[Stored items]
%%

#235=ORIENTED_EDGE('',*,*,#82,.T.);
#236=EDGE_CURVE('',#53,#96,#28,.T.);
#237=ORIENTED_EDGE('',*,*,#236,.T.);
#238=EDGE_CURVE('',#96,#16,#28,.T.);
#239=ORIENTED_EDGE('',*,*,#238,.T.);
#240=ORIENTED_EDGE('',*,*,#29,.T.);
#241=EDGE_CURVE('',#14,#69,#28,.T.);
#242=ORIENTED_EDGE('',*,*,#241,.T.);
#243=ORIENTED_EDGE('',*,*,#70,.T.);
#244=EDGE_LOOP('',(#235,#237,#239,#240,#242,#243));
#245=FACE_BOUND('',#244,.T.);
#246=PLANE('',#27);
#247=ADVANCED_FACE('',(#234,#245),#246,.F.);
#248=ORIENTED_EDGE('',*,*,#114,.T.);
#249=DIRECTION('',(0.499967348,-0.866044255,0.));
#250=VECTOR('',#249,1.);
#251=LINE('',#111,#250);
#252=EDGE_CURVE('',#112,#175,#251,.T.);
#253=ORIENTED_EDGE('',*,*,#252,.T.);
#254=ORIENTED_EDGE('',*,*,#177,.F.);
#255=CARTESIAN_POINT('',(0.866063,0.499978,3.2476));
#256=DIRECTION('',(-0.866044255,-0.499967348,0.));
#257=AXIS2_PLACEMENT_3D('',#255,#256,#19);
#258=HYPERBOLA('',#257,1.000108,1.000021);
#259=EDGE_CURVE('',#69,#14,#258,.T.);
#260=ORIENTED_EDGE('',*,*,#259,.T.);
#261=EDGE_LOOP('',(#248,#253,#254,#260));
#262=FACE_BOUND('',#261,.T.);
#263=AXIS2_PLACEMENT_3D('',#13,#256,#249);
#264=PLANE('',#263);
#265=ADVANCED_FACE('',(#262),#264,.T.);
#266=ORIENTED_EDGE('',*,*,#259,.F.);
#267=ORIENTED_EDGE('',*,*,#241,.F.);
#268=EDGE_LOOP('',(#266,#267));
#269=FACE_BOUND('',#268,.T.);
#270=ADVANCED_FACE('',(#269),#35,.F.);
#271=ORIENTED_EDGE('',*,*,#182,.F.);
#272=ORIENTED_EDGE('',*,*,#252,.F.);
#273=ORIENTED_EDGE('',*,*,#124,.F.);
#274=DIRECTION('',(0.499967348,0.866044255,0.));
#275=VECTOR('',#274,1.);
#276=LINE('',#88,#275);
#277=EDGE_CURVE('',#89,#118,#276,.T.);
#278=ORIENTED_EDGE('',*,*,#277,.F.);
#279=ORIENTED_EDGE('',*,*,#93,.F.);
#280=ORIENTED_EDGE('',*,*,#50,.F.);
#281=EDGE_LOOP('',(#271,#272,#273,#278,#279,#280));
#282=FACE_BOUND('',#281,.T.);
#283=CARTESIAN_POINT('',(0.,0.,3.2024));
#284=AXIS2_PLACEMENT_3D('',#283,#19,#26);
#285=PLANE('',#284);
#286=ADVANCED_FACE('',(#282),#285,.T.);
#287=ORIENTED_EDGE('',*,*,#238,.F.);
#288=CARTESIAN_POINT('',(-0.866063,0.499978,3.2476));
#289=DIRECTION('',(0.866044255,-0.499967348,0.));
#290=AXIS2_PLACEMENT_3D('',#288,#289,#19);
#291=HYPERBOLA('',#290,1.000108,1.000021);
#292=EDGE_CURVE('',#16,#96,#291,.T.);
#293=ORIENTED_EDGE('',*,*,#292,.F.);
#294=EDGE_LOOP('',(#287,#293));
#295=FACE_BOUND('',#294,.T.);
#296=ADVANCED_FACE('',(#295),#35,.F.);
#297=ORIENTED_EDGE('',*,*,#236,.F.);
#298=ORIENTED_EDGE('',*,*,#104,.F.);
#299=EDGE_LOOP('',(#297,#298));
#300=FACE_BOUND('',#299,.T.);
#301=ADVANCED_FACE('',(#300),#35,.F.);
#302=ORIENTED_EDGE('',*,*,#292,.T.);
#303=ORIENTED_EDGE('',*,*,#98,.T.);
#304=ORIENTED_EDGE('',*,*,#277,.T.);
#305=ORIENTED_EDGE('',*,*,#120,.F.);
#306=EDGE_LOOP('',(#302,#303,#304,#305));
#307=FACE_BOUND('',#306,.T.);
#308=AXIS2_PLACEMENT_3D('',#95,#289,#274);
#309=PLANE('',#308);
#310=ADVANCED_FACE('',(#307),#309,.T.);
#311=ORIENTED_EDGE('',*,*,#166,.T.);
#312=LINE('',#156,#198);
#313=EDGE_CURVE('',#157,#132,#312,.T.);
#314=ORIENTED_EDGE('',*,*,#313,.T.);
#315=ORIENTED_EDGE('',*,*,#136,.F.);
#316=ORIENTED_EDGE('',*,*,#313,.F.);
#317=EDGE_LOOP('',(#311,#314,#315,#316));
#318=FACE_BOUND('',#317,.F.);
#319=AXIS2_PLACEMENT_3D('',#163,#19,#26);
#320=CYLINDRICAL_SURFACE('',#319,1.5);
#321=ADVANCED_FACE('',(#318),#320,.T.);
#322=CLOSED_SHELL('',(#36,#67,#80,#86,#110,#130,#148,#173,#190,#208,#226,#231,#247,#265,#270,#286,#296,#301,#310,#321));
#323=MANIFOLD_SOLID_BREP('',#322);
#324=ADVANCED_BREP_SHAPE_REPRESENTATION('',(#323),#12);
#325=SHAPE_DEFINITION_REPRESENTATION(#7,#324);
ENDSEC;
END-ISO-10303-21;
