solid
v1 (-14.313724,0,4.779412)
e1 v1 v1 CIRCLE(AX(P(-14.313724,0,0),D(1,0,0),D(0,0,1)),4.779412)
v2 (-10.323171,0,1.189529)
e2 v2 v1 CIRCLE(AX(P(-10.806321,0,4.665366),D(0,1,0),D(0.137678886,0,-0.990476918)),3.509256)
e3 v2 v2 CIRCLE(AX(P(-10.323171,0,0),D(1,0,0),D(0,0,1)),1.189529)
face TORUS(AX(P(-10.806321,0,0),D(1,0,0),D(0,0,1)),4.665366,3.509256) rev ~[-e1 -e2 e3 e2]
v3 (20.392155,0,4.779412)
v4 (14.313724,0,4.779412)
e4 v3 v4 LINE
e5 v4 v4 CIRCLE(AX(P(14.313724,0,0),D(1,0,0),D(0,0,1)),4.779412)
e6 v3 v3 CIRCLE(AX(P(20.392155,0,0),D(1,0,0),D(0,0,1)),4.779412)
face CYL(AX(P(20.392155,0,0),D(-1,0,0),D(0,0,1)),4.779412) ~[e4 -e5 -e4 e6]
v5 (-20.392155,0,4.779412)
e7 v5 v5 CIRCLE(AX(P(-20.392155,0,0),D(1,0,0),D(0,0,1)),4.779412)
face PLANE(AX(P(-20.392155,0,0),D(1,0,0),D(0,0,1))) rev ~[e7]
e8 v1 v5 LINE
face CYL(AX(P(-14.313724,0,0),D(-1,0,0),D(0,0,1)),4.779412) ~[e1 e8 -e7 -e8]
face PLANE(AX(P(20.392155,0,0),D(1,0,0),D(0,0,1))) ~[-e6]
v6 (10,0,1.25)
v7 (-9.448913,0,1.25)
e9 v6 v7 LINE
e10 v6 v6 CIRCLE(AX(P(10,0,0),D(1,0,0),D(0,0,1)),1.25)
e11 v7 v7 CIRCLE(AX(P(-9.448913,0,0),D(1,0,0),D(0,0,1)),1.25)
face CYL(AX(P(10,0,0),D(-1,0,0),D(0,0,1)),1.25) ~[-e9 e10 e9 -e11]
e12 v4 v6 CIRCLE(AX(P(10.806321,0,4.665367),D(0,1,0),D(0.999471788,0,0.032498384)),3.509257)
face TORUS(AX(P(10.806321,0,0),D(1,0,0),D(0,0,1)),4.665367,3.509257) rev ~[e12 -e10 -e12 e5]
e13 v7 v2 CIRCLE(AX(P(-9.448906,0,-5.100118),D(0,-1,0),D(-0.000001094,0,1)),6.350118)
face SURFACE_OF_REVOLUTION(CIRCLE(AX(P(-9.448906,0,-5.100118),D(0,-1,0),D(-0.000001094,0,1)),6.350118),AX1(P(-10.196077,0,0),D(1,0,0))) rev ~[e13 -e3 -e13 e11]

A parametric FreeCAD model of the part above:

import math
import FreeCAD as App
import Part
import Sketcher

V = App.Vector

doc = App.newDocument("Part")
body = doc.addObject("PartDesign::Body", "Body")

sketch1 = body.newObject("Sketcher::SketchObject", "Sketch")
sketch1.AttachmentSupport = (doc.getObject("XZ_Plane"), [""])
sketch1.MapMode = "FlatFace"
sketch1.addGeometry([
    Part.LineSegment(V(10, 1.2, 0), V(-9.4, 1.2, 0)),
    Part.ArcOfCircle(Part.Circle(V(-9.4, -5.1, 0), V(0, 0, 1), 6.4), math.radians(90), math.radians(97.91)),
    Part.ArcOfCircle(Part.Circle(V(-10.8, 4.7, 0), V(0, 0, 1), 3.5), math.radians(178), math.radians(278)),
    Part.LineSegment(V(-14.3, 4.8, 0), V(-20.4, 4.8, 0)),
    Part.LineSegment(V(-20.4, 4.8, 0), V(-20.4, 0, 0)),
    Part.LineSegment(V(-20.4, 0, 0), V(20.4, 0, 0)),
    Part.LineSegment(V(20.4, 0, 0), V(20.4, 4.8, 0)),
    Part.LineSegment(V(20.4, 4.8, 0), V(14.3, 4.8, 0)),
    Part.ArcOfCircle(Part.Circle(V(10.8, 4.7, 0), V(0, 0, 1), 3.5), math.radians(-103), math.radians(2)),
], False)
sketch1.addConstraint([
    Sketcher.Constraint("Tangent", 0, 2, 1, 1),
    Sketcher.Constraint("Tangent", 1, 2, 2, 2),
    Sketcher.Constraint("Coincident", 2, 1, 3, 1),
    Sketcher.Constraint("Coincident", 3, 2, 4, 1),
    Sketcher.Constraint("Coincident", 4, 2, 5, 1),
    Sketcher.Constraint("Coincident", 5, 2, 6, 1),
    Sketcher.Constraint("Coincident", 6, 2, 7, 1),
    Sketcher.Constraint("Coincident", 7, 2, 8, 2),
    Sketcher.Constraint("Coincident", 8, 1, 0, 1),
    Sketcher.Constraint("Horizontal", 0),
    Sketcher.Constraint("Horizontal", 3),
    Sketcher.Constraint("Vertical", 4),
    Sketcher.Constraint("Horizontal", 5),
    Sketcher.Constraint("Vertical", 6),
    Sketcher.Constraint("Horizontal", 7),
    Sketcher.Constraint("Equal", 2, 8),
    Sketcher.Constraint("Symmetric", 4, 2, 5, 2, -1, 1),
    Sketcher.Constraint("Symmetric", 2, 3, 8, 3, -2),
    Sketcher.Constraint("Horizontal", 3, 2, 6, 2),
    Sketcher.Constraint("DistanceX", -1, 1, 8, 1, 10.0),
    Sketcher.Constraint("DistanceY", -1, 1, 0, 2, 1.25),
    Sketcher.Constraint("Radius", 1, 6.350118),
    Sketcher.Constraint("Radius", 2, 3.509256),
    Sketcher.Constraint("DistanceX", 3, 2, 3, 1, 6.078431),
    Sketcher.Constraint("DistanceX", 5, 1, 5, 2, 40.78431),
    Sketcher.Constraint("DistanceY", 4, 2, 4, 1, 4.779412),
])
revolution = body.newObject("PartDesign::Revolution", "Revolution")
revolution.Profile = sketch1
revolution.ReferenceAxis = (sketch1, ["H_Axis"])
revolution.Angle = 360

doc.recompute()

%%

After locating the line holding "#281=EDGE_LOOP('',(#271,#272,#273,#278,#279,#280));" above, output exactly that line and every line after it through the line holding "#305=ORIENTED_EDGE('',*,*,#120,.F.);". Include nothing else.

> **RESULT OF THE EXERCISE**:
#281=EDGE_LOOP('',(#271,#272,#273,#278,#279,#280));
#282=FACE_BOUND('',#281,.T.);
#283=CARTESIAN_POINT('',(0.,0.,3.2024));
#284=AXIS2_PLACEMENT_3D('',#283,#19,#26);
#285=PLANE('',#284);
#286=ADVANCED_FACE('',(#282),#285,.T.);
#287=ORIENTED_EDGE('',*,*,#238,.F.);
#288=CARTESIAN_POINT('',(-0.866063,0.499978,3.2476));
#289=DIRECTION('',(0.866044255,-0.499967348,0.));
#290=AXIS2_PLACEMENT_3D('',#288,#289,#19);
#291=HYPERBOLA('',#290,1.000108,1.000021);
#292=EDGE_CURVE('',#16,#96,#291,.T.);
#293=ORIENTED_EDGE('',*,*,#292,.F.);
#294=EDGE_LOOP('',(#287,#293));
#295=FACE_BOUND('',#294,.T.);
#296=ADVANCED_FACE('',(#295),#35,.F.);
#297=ORIENTED_EDGE('',*,*,#236,.F.);
#298=ORIENTED_EDGE('',*,*,#104,.F.);
#299=EDGE_LOOP('',(#297,#298));
#300=FACE_BOUND('',#299,.T.);
#301=ADVANCED_FACE('',(#300),#35,.F.);
#302=ORIENTED_EDGE('',*,*,#292,.T.);
#303=ORIENTED_EDGE('',*,*,#98,.T.);
#304=ORIENTED_EDGE('',*,*,#277,.T.);
#305=ORIENTED_EDGE('',*,*,#120,.F.);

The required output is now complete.